# Losing my hair due to stress - will it grow back?*



## StitchesGr8Fan

I'm shedding more hair than usual and I think it's due to stress. If you've had this happen, did your hair go back to normal when your stress lessened?


----------



## luvmarypoppins

I had alot of that but mine was thyroid related.


----------



## mommasita

Hi, sorry to hear this, but yes I can definitely relate.

I did see my Dr for some bloodwork though...

I lost hair like crazy on 2 separate occasions. Some in patches, and some just falling out on my pillow, all over the bathrooms.

Happy to say it has all grown back. I was told it more than likely would, and it did.


----------



## quasar4legs

I agree with Mommasita, I would get the doctor to do some boodwork.

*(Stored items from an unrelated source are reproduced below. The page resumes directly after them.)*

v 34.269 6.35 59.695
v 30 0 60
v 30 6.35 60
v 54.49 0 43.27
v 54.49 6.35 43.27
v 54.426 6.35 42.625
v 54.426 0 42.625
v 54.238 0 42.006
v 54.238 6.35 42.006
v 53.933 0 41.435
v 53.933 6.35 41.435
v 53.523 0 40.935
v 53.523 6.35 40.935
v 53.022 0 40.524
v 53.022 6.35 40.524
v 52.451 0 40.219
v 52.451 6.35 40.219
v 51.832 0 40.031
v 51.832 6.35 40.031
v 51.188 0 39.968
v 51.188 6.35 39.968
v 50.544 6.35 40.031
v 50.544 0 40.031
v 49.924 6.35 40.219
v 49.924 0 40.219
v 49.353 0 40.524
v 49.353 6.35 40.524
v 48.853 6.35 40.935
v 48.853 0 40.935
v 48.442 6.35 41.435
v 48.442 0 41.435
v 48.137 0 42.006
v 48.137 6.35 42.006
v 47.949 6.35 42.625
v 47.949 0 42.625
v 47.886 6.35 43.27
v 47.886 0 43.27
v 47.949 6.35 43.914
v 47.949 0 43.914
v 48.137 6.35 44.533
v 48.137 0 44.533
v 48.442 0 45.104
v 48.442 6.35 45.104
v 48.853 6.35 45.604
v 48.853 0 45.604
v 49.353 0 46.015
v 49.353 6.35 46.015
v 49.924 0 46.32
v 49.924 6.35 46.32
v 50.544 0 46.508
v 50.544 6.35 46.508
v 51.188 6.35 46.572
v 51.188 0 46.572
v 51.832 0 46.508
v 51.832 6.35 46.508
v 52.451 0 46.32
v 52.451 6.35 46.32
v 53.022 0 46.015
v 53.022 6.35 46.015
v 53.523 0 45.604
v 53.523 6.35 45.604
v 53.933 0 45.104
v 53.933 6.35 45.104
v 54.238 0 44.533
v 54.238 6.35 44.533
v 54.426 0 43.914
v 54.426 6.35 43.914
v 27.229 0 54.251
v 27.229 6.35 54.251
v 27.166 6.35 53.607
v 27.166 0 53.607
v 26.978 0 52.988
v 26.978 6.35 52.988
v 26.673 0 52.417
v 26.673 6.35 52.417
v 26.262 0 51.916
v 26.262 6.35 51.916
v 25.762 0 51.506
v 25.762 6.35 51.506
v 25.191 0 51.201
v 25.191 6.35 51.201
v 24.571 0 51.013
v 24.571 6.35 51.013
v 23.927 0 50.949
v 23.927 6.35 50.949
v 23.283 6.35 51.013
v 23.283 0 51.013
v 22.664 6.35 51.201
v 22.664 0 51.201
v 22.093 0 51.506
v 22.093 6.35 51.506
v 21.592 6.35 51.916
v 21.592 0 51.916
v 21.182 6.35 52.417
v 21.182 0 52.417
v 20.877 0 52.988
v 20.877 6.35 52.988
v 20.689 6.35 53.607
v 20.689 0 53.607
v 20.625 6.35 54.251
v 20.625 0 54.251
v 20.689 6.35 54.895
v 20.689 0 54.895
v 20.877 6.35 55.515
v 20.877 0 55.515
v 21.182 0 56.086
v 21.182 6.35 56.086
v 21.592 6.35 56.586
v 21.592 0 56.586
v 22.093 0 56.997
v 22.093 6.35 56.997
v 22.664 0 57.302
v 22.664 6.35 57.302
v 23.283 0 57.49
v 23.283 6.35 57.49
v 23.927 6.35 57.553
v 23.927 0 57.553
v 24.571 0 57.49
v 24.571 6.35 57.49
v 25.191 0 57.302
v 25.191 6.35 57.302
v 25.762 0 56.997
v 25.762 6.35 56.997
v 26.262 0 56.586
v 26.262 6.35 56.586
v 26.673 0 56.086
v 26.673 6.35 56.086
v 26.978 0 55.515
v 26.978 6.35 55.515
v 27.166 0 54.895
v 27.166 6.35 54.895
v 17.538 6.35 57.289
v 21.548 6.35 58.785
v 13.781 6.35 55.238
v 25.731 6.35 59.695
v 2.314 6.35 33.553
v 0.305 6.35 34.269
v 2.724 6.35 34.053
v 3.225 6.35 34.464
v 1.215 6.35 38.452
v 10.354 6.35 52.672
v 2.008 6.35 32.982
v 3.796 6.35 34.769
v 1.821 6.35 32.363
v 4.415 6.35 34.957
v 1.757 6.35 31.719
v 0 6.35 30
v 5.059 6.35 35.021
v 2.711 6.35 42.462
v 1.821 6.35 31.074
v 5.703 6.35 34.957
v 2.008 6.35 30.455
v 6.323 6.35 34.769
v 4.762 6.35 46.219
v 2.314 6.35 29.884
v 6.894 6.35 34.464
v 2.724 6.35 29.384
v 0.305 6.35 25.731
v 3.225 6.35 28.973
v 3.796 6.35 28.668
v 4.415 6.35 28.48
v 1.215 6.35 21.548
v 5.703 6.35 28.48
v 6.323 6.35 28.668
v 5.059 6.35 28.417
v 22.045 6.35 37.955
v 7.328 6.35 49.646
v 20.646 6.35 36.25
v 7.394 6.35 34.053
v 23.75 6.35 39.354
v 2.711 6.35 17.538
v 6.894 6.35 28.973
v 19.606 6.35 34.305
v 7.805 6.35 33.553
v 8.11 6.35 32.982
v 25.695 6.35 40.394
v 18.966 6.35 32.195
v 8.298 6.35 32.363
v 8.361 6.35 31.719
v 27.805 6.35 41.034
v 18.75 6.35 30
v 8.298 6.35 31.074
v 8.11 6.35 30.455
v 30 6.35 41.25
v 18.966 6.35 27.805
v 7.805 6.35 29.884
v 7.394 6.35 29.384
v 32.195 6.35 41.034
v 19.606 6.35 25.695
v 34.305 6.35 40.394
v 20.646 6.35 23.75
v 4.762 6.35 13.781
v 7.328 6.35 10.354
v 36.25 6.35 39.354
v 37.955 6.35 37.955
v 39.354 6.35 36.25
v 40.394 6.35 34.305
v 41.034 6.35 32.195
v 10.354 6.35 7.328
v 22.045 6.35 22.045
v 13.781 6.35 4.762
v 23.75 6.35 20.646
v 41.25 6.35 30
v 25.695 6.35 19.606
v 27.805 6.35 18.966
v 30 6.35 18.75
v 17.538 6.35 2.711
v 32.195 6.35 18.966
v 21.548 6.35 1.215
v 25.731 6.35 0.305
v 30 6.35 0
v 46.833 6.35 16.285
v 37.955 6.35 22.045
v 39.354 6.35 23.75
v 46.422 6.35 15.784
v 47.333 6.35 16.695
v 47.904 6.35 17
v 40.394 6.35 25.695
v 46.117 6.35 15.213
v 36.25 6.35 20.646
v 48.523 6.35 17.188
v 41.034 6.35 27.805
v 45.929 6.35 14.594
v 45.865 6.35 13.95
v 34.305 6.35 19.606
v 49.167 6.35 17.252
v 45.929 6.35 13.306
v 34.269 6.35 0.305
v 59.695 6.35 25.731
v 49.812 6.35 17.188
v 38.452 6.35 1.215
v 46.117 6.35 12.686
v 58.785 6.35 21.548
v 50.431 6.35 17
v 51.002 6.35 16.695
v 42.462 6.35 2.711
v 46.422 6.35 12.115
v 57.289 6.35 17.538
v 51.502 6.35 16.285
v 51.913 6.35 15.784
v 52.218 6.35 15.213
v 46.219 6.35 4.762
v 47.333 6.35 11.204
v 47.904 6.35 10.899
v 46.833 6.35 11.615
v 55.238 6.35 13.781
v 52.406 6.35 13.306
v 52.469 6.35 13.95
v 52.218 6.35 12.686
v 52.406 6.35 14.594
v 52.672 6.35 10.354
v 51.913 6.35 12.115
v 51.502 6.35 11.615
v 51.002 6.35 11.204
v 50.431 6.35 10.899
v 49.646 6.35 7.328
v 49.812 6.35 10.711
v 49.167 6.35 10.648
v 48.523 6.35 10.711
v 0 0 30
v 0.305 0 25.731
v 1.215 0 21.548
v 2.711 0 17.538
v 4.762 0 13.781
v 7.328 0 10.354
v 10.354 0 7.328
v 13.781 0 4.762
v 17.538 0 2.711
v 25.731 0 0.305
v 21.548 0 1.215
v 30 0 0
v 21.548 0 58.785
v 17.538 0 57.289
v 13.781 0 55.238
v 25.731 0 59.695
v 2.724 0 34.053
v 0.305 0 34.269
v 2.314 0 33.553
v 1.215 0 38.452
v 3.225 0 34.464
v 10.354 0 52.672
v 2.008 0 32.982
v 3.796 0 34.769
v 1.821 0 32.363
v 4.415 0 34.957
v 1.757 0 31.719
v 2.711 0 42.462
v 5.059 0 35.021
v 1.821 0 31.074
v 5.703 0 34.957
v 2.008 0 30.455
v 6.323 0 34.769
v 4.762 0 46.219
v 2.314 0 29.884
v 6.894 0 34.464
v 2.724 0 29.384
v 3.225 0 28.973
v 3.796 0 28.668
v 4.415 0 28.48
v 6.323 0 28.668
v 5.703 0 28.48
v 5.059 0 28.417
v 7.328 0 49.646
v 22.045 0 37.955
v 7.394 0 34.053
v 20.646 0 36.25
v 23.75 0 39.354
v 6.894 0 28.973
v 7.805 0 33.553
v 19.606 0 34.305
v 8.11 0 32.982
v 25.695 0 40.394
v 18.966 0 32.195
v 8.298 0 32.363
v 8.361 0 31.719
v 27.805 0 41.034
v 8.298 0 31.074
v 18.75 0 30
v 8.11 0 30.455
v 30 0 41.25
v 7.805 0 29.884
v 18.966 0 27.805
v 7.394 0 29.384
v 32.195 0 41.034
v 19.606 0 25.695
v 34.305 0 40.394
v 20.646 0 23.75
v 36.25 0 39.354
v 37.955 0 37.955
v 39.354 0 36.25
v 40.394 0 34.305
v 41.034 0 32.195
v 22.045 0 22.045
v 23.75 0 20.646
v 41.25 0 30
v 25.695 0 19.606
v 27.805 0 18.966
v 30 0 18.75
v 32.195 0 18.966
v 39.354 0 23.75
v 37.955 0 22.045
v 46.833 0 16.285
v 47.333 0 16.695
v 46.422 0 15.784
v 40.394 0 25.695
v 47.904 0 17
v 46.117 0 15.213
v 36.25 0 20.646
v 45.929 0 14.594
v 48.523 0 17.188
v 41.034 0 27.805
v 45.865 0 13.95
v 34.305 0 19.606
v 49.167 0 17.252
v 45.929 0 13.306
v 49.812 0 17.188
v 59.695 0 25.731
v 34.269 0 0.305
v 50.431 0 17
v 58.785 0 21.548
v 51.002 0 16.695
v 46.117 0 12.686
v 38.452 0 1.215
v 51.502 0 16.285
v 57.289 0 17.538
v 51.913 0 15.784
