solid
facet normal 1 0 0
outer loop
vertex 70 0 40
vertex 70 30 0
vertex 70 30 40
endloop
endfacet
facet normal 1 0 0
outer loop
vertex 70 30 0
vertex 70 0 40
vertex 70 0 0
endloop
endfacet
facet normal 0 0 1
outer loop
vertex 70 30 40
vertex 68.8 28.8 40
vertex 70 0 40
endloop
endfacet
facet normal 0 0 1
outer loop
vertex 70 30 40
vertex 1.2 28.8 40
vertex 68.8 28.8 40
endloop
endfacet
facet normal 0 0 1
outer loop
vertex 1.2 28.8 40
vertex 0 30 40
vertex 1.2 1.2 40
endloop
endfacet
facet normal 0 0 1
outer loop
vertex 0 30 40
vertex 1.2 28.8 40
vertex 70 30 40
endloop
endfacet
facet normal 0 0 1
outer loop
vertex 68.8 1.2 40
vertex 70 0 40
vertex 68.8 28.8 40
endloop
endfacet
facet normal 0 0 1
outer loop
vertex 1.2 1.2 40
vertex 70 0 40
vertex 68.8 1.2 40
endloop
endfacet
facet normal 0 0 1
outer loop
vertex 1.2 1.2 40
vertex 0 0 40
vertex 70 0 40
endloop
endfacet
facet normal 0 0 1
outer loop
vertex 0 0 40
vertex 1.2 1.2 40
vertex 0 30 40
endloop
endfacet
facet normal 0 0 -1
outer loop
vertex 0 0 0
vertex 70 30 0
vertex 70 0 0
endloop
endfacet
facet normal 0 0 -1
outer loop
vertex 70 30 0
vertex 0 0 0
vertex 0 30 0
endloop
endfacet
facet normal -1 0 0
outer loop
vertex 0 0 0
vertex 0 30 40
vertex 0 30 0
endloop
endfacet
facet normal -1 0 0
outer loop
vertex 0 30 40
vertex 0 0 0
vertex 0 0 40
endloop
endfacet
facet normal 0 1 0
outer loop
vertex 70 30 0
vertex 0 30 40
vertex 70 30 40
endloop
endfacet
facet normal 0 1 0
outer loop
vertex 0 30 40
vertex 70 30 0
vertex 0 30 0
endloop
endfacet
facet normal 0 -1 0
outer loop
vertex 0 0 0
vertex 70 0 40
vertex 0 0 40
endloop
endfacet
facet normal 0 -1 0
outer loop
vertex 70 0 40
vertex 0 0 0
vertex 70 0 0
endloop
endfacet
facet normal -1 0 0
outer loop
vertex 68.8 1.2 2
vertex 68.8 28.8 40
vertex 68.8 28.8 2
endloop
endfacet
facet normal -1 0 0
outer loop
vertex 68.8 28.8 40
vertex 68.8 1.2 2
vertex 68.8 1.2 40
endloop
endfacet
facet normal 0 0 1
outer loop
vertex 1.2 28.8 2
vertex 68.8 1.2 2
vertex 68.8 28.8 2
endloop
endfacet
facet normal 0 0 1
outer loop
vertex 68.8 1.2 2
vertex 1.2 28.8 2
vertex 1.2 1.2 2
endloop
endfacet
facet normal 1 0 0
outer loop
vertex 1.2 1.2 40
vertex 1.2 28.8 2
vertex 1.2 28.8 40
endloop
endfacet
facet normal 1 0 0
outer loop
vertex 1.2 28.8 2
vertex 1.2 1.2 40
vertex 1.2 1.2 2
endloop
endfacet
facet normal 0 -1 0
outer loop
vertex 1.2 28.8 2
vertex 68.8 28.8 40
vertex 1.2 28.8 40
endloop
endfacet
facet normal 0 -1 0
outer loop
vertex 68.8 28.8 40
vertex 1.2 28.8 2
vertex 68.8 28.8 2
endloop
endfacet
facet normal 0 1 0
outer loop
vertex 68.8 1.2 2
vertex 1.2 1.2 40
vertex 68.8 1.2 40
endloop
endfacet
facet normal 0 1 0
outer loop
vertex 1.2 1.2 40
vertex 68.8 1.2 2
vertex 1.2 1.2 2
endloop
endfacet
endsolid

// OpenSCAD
$fn = 32;

// ----------------------------------------------------------------------
// Open box: 1.2 mm walls
// ----------------------------------------------------------------------

// --- parameters (mm) ---
box_l = 70;               // outer length, X
box_w = 30;               // outer width, Y
box_h = 40;               // outer height, Z
wall = 1.2;               // wall thickness
floor = 2;                // floor thickness
fit_tol = 0.1;            // tolerance for press fits, mm
free_tol = 0.3;           // tolerance for clearance fits, mm

difference() {
  cube([box_l, box_w, box_h]);
  translate([wall, wall, floor])
    cube([box_l - 2 * wall, box_w - 2 * wall, box_h]);
}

I lose a lot of hair whenever I'm anemic but once I improve my iron levels it starts to grow back.

Sorry you are feeling so stressed, take some time out if you can to look after you


----------



## WalkingintheFog

Yes.   And it might even grow back curlier than it was!   But, as all have said, do check with your dr. for any underlying conditions, BUT DON'T (ie, try not to) stress about that or why it might be happening.
Go to your happy place!


----------



## Kathi Mora

StitchesGr8Fan said:


> I'm shedding more hair than usual and I think it's due to stress. If you've had this happen, did your hair go back to normal when your stress lessened?



Don't worry and go see a doctor. The doctor can diagnoze the reason. I am sure that there will be some solution. however if hair loss is hereditary then little can be done. However if its due to lack of vitamins or stress then I'm sure you'' be fine.

Hope this helps


----------



## cinderellamom123

I understand.  This has happened several times to me for various reasons. 
Fertility Drugs
Pregnancy
Thyroid Issue
Stress
Iron Levels?
New Medication

It last for 2-3 month, can sometimes get itchy.  Has always come back.  I did start rogaine last year as a preventative treatment.  

It is stressful when it is happening but just know that if it is stress related it will grow back.


----------



## ChrisRuns

I have it happen at least once a year, and it always grows back. I do go to the doctor to get a blood test done when I notice it, because it usually means for me that I am anemic or deficient in a vitamin or nutrient.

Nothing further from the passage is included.